Carry forward of loss of Speculative
Business
- Loss
from the speculative business can be carried forward for up to the next four
assessment years.
- Carried
forward losses can be set off only against speculation income and no other
income. If there is no income in such subsequent year also, they are carried forward
for the next year and so on.
- Such
losses cannot be carried forward by an assesses if he has not filed his Income
Tax Return for the Financial Year within the due date.
- There
is no compulsion to carry on the business in future dates at the time of set
off.
Contrary View of Section 73 with Case Laws
- Section
73 applies to the companies whose part business consists of purchase & sale
of shares are included as speculative business.
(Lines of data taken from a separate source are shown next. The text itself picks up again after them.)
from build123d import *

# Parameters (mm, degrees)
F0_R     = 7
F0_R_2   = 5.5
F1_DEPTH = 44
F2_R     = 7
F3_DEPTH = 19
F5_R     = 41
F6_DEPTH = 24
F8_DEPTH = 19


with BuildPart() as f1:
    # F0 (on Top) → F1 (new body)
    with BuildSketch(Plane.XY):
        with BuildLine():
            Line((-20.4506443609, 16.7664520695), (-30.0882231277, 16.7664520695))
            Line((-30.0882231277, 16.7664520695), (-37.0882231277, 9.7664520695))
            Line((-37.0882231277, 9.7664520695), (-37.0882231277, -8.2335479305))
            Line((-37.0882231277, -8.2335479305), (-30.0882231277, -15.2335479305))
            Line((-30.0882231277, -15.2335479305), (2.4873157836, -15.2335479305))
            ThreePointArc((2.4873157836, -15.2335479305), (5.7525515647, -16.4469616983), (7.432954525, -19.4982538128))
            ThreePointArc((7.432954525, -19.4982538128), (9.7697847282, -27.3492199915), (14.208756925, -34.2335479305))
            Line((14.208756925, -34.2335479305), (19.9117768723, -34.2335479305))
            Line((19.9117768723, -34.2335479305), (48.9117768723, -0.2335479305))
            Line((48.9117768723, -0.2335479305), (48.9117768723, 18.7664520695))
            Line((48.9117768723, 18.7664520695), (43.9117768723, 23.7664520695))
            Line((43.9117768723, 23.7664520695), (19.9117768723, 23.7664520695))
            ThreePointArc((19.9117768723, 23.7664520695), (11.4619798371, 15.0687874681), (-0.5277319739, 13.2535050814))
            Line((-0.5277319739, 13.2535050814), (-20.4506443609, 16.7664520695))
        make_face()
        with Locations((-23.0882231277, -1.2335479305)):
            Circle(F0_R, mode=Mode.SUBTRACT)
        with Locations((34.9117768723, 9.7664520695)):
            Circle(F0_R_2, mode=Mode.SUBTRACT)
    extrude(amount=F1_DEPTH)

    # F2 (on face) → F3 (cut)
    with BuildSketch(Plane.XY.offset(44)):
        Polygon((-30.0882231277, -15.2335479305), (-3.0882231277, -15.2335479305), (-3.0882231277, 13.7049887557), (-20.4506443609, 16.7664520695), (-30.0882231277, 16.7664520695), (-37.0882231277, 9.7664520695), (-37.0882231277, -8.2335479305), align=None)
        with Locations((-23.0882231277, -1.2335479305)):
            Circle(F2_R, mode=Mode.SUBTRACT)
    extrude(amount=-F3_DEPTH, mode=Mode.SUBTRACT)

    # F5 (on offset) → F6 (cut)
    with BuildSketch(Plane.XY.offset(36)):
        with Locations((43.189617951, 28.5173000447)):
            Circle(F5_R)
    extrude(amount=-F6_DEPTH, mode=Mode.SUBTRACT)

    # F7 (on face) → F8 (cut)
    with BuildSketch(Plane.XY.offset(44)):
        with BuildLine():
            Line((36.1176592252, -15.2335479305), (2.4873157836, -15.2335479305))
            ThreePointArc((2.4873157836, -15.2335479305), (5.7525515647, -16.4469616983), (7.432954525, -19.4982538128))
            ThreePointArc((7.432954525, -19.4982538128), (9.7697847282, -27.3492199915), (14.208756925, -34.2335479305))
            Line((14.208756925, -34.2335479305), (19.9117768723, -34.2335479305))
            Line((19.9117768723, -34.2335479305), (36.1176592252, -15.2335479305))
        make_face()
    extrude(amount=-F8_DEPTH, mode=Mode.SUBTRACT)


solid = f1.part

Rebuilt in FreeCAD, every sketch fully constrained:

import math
import FreeCAD as App
import Part
import Sketcher

V = App.Vector
Q = App.Units.Quantity

doc = App.newDocument("Part")
body = doc.addObject("PartDesign::Body", "Body")

# Sketch on XY plane
sketch1 = body.newObject("Sketcher::SketchObject", "Sketch")
sketch1.AttachmentSupport = (doc.getObject("XY_Plane"), [""])
sketch1.MapMode = "FlatFace"
sketch1.addGeometry(Part.LineSegment(V(-20, 17, 0), V(-30, 17, 0)), False)
sketch1.addGeometry(Part.LineSegment(V(-30, 17, 0), V(-37, 10, 0)), False)
sketch1.addGeometry(Part.LineSegment(V(-37, 10, 0), V(-37, -8, 0)), False)
sketch1.addGeometry(Part.LineSegment(V(-37, -8, 0), V(-30, -15, 0)), False)
sketch1.addGeometry(Part.LineSegment(V(-30, -15, 0), V(2, -15, 0)), False)
sketch1.addGeometry(Part.ArcOfCircle(Part.Circle(V(2, -20, 0), V(0, 0, 1), 5), math.radians(8), math.radians(90)), False)
sketch1.addGeometry(Part.ArcOfCircle(Part.Circle(V(36, -15, 0), V(0, 0, 1), 29), math.radians(-172), math.radians(-139)), False)
sketch1.addGeometry(Part.LineSegment(V(14, -34, 0), V(20, -34, 0)), False)
sketch1.addGeometry(Part.LineSegment(V(20, -34, 0), V(49, 0, 0)), False)
sketch1.addGeometry(Part.LineSegment(V(49, 0, 0), V(49, 19, 0)), False)
sketch1.addGeometry(Part.LineSegment(V(49, 19, 0), V(44, 24, 0)), False)
sketch1.addGeometry(Part.LineSegment(V(44, 24, 0), V(20, 24, 0)), False)
sketch1.addGeometry(Part.ArcOfCircle(Part.Circle(V(3, 32, 0), V(0, 0, 1), 19), math.radians(-100), math.radians(-26)), False)
sketch1.addGeometry(Part.LineSegment(V(-1, 13, 0), V(-20, 17, 0)), False)
sketch1.addGeometry(Part.Circle(V(-23, -1, 0), V(0, 0, 1), 7), False)
sketch1.addGeometry(Part.Circle(V(35, 10, 0), V(0, 0, 1), 6), False)
sketch1.addConstraint(Sketcher.Constraint("Coincident", 0, 2, 1, 1))
sketch1.addConstraint(Sketcher.Constraint("Coincident", 1, 2, 2, 1))
sketch1.addConstraint(Sketcher.Constraint("Coincident", 2, 2, 3, 1))
sketch1.addConstraint(Sketcher.Constraint("Coincident", 3, 2, 4, 1))
sketch1.addConstraint(Sketcher.Constraint("Tangent", 4, 2, 5, 2))
sketch1.addConstraint(Sketcher.Constraint("Tangent", 5, 1, 6, 1))
sketch1.addConstraint(Sketcher.Constraint("Coincident", 6, 2, 7, 1))
sketch1.addConstraint(Sketcher.Constraint("Coincident", 7, 2, 8, 1))
sketch1.addConstraint(Sketcher.Constraint("Coincident", 8, 2, 9, 1))
sketch1.addConstraint(Sketcher.Constraint("Coincident", 9, 2, 10, 1))
sketch1.addConstraint(Sketcher.Constraint("Coincident", 10, 2, 11, 1))
sketch1.addConstraint(Sketcher.Constraint("Coincident", 11, 2, 12, 2))
sketch1.addConstraint(Sketcher.Constraint("Tangent", 12, 1, 13, 1))
sketch1.addConstraint(Sketcher.Constraint("Coincident", 13, 2, 0, 1))
sketch1.addConstraint(Sketcher.Constraint("Horizontal", 0))
sketch1.addConstraint(Sketcher.Constraint("Vertical", 2))
sketch1.addConstraint(Sketcher.Constraint("Horizontal", 4))
sketch1.addConstraint(Sketcher.Constraint("Horizontal", 7))
sketch1.addConstraint(Sketcher.Constraint("Vertical", 9))
sketch1.addConstraint(Sketcher.Constraint("Horizontal", 11))
sketch1.addConstraint(Sketcher.Constraint("Perpendicular", 1, 3))
sketch1.addConstraint(Sketcher.Constraint("Parallel", 3, 10))
sketch1.addConstraint(Sketcher.Constraint("Horizontal", 15, 3, 1, 2))
sketch1.addConstraint(Sketcher.Constraint("Horizontal", 6, 3, 3, 2))
sketch1.addConstraint(Sketcher.Constraint("Vertical", 0, 2, 3, 2))
sketch1.addConstraint(Sketcher.Constraint("Vertical", 7, 2, 11, 2))
sketch1.addConstraint(Sketcher.Constraint("Equal", 1, 3))
sketch1.addConstraint(Sketcher.Constraint("Diameter", 14, 14.0))
sketch1.addConstraint(Sketcher.Constraint("Diameter", 15, 11.0))
sketch1.addConstraint(Sketcher.Constraint("Radius", 5, 5.0))
sketch1.addConstraint(Sketcher.Constraint("Radius", 6, 29.0))
sketch1.addConstraint(Sketcher.Constraint("Radius", 12, 19.0))
sketch1.addConstraint(Sketcher.Constraint("DistanceX", 11, 2, 11, 1, 24.0))
sketch1.addConstraint(Sketcher.Constraint("DistanceY", 2, 2, 2, 1, 18.0))
sketch1.addConstraint(Sketcher.Constraint("DistanceY", 9, 1, 9, 2, 19.0))
sketch1.addConstraint(Sketcher.Constraint("Angle", 13, Q("170 deg")))
sketch1.addConstraint(Sketcher.Constraint("DistanceY", 5, 3, 14, 3, 19.0))
sketch1.addConstraint(Sketcher.Constraint("DistanceY", 6, 3, 15, 3, 25.0))
sketch1.addConstraint(Sketcher.Constraint("DistanceX", 14, 3, 15, 3, 58.0))
sketch1.addConstraint(Sketcher.Constraint("DistanceX", 0, 2, 14, 3, 7.0))
sketch1.addConstraint(Sketcher.Constraint("DistanceY", 6, 2, 5, 3, 14.0))
sketch1.addConstraint(Sketcher.Constraint("DistanceX", 15, 3, 8, 2, 14.0))
sketch1.addConstraint(Sketcher.Constraint("DistanceY", 8, 2, 15, 3, 10.0))
sketch1.addConstraint(Sketcher.Constraint("DistanceX", 7, 2, 8, 2, 29.0))
sketch1.addConstraint(Sketcher.Constraint("DistanceX", 0, 2, 0, 1, 9.637579))
sketch1.addConstraint(Sketcher.Constraint("DistanceX", 4, 1, 4, 2, 32.575539))
sketch1.addConstraint(Sketcher.Constraint("DistanceX", -1, 1, 6, 3, 36.117659))
sketch1.addConstraint(Sketcher.Constraint("DistanceY", 5, 3, -1, 1, 20.233548))
pad1 = body.newObject("PartDesign::Pad", "Pad")
pad1.Profile = sketch1
pad1.Length = 44

# Sketch on XY plane
sketch2 = body.newObject("Sketcher::SketchObject", "Sketch001")
sketch2.AttachmentSupport = (doc.getObject("XY_Plane"), [""])
sketch2.MapMode = "FlatFace"
sketch2.AttachmentOffset = App.Placement(V(0, 0, 44), App.Rotation())
sketch2.addGeometry(Part.LineSegment(V(-30, -15, 0), V(-3, -15, 0)), False)
sketch2.addGeometry(Part.LineSegment(V(-3, -15, 0), V(-3, 14, 0)), False)
sketch2.addGeometry(Part.LineSegment(V(-3, 14, 0), V(-20, 17, 0)), False)
sketch2.addGeometry(Part.LineSegment(V(-20, 17, 0), V(-30, 17, 0)), False)
sketch2.addGeometry(Part.LineSegment(V(-30, 17, 0), V(-37, 10, 0)), False)
sketch2.addGeometry(Part.LineSegment(V(-37, 10, 0), V(-37, -8, 0)), False)
sketch2.addGeometry(Part.LineSegment(V(-37, -8, 0), V(-30, -15, 0)), False)
sketch2.addGeometry(Part.Circle(V(-23, -1, 0), V(0, 0, 1), 7), False)
sketch2.addConstraint(Sketcher.Constraint("Coincident", 0, 2, 1, 1))
sketch2.addConstraint(Sketcher.Constraint("Coincident", 1, 2, 2, 1))
sketch2.addConstraint(Sketcher.Constraint("Coincident", 2, 2, 3, 1))
sketch2.addConstraint(Sketcher.Constraint("Coincident", 3, 2, 4, 1))
sketch2.addConstraint(Sketcher.Constraint("Coincident", 4, 2, 5, 1))
sketch2.addConstraint(Sketcher.Constraint("Coincident", 5, 2, 6, 1))
sketch2.addConstraint(Sketcher.Constraint("Coincident", 6, 2, 0, 1))
sketch2.addConstraint(Sketcher.Constraint("Horizontal", 0))
sketch2.addConstraint(Sketcher.Constraint("Vertical", 1))
sketch2.addConstraint(Sketcher.Constraint("Horizontal", 3))
sketch2.addConstraint(Sketcher.Constraint("Vertical", 5))
sketch2.addConstraint(Sketcher.Constraint("Perpendicular", 4, 6))
sketch2.addConstraint(Sketcher.Constraint("Vertical", 3, 2, 6, 2))
sketch2.addConstraint(Sketcher.Constraint("Equal", 4, 6))
sketch2.addConstraint(Sketcher.Constraint("Diameter", 7, 14.0))
sketch2.addConstraint(Sketcher.Constraint("DistanceX", 0, 1, 0, 2, 27.0))
sketch2.addConstraint(Sketcher.Constraint("DistanceY", 5, 2, 5, 1, 18.0))
sketch2.addConstraint(Sketcher.Constraint("Angle", 2, Q("170 deg")))
sketch2.addConstraint(Sketcher.Constraint("DistanceX", 7, 3, 0, 2, 20.0))
sketch2.addConstraint(Sketcher.Constraint("DistanceY", 0, 2, 7, 3, 14.0))
sketch2.addConstraint(Sketcher.Constraint("DistanceY", 7, 3, 2, 2, 18.0))
sketch2.addConstraint(Sketcher.Constraint("DistanceX", 3, 2, 3, 1, 9.637579))
sketch2.addConstraint(Sketcher.Constraint("DistanceY", -1, 1, 1, 2, 13.704989))
sketch2.addConstraint(Sketcher.Constraint("DistanceX", 7, 3, -1, 1, 23.088223))
pocket1 = body.newObject("PartDesign::Pocket", "Pocket")
pocket1.Profile = sketch2
pocket1.Length = 19

# Sketch on XY plane
sketch3 = body.newObject("Sketcher::SketchObject", "Sketch002")
sketch3.AttachmentSupport = (doc.getObject("XY_Plane"), [""])
sketch3.MapMode = "FlatFace"
sketch3.AttachmentOffset = App.Placement(V(0, 0, 36), App.Rotation())
sketch3.addGeometry(Part.Circle(V(43, 29, 0), V(0, 0, 1), 41), False)
sketch3.addConstraint(Sketcher.Constraint("Diameter", 0, 82.0))
sketch3.addConstraint(Sketcher.Constraint("DistanceY", -1, 1, 0, 3, 28.5173))
sketch3.addConstraint(Sketcher.Constraint("DistanceX", -1, 1, 0, 3, 43.189618))
pocket2 = body.newObject("PartDesign::Pocket", "Pocket001")
pocket2.Profile = sketch3
pocket2.Length = 24

# Sketch on XY plane
sketch4 = body.newObject("Sketcher::SketchObject", "Sketch003")
sketch4.AttachmentSupport = (doc.getObject("XY_Plane"), [""])
sketch4.MapMode = "FlatFace"
sketch4.AttachmentOffset = App.Placement(V(0, 0, 44), App.Rotation())
sketch4.addGeometry(Part.LineSegment(V(36, -15, 0), V(2, -15, 0)), False)
sketch4.addGeometry(Part.ArcOfCircle(Part.Circle(V(2, -20, 0), V(0, 0, 1), 5), math.radians(8), math.radians(90)), False)
sketch4.addGeometry(Part.ArcOfCircle(Part.Circle(V(36, -15, 0), V(0, 0, 1), 29), math.radians(-172), math.radians(-139)), False)
sketch4.addGeometry(Part.LineSegment(V(14, -34, 0), V(20, -34, 0)), False)
sketch4.addGeometry(Part.LineSegment(V(20, -34, 0), V(36, -15, 0)), False)
sketch4.addConstraint(Sketcher.Constraint("Tangent", 0, 2, 1, 2))
sketch4.addConstraint(Sketcher.Constraint("Tangent", 1, 1, 2, 1))
sketch4.addConstraint(Sketcher.Constraint("Coincident", 2, 2, 3, 1))
sketch4.addConstraint(Sketcher.Constraint("Coincident", 3, 2, 4, 1))
sketch4.addConstraint(Sketcher.Constraint("Coincident", 4, 2, 0, 1))
sketch4.addConstraint(Sketcher.Constraint("Horizontal", 0))
sketch4.addConstraint(Sketcher.Constraint("Horizontal", 3))
sketch4.addConstraint(Sketcher.Constraint("Coincident", 4, 2, 2, 3))
sketch4.addConstraint(Sketcher.Constraint("Radius", 1, 5.0))
sketch4.addConstraint(Sketcher.Constraint("Radius", 2, 29.0))
sketch4.addConstraint(Sketcher.Constraint("DistanceY", 2, 2, 1, 3, 14.0))
sketch4.addConstraint(Sketcher.Constraint("DistanceX", 3, 1, 3, 2, 5.70302))
sketch4.addConstraint(Sketcher.Constraint("DistanceX", -1, 1, 2, 3, 36.117659))
sketch4.addConstraint(Sketcher.Constraint("DistanceY", 1, 3, -1, 1, 20.233548))
pocket3 = body.newObject("PartDesign::Pocket", "Pocket002")
pocket3.Profile = sketch4
pocket3.Length = 19

doc.recompute()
Part means some portion of the
business, it may include 90% of the business, but the whole 100% is not
considered as a part business. However, in the case of Arvind Investment Ltd.
The high court of Calcutta has decided in contrary view that section 73 applies
in cases where part business as well whole business consists of the activity of
purchase & sale of shares.
- Gross
total income shall be the total of Income, Profit & Loss. Loss is a negative
income that should be considered as a part of income decided by the high court
in the case of Aryasthan Corporation Ltd.
- The
purchase of shares and apply the shares are the entirely two different concepts
under section 73. The purchase of the shares is covered under speculative
business. But if any company applies for the share of another company and
shares are allotted to such a company who later sale such allotted share
doesn’t come under section 73. The same has been decided in the case of Ginni
Finance Pvt Ltd by the “C” bench of Calcutta ITAT that the loss incurred by the
assesses by selling the shares of one company whose shares have been acquired
by the assesses. Such loss doesn’t cover under section 73, and it can’t be said
as a loss against the purchase & sale of shares of other companies.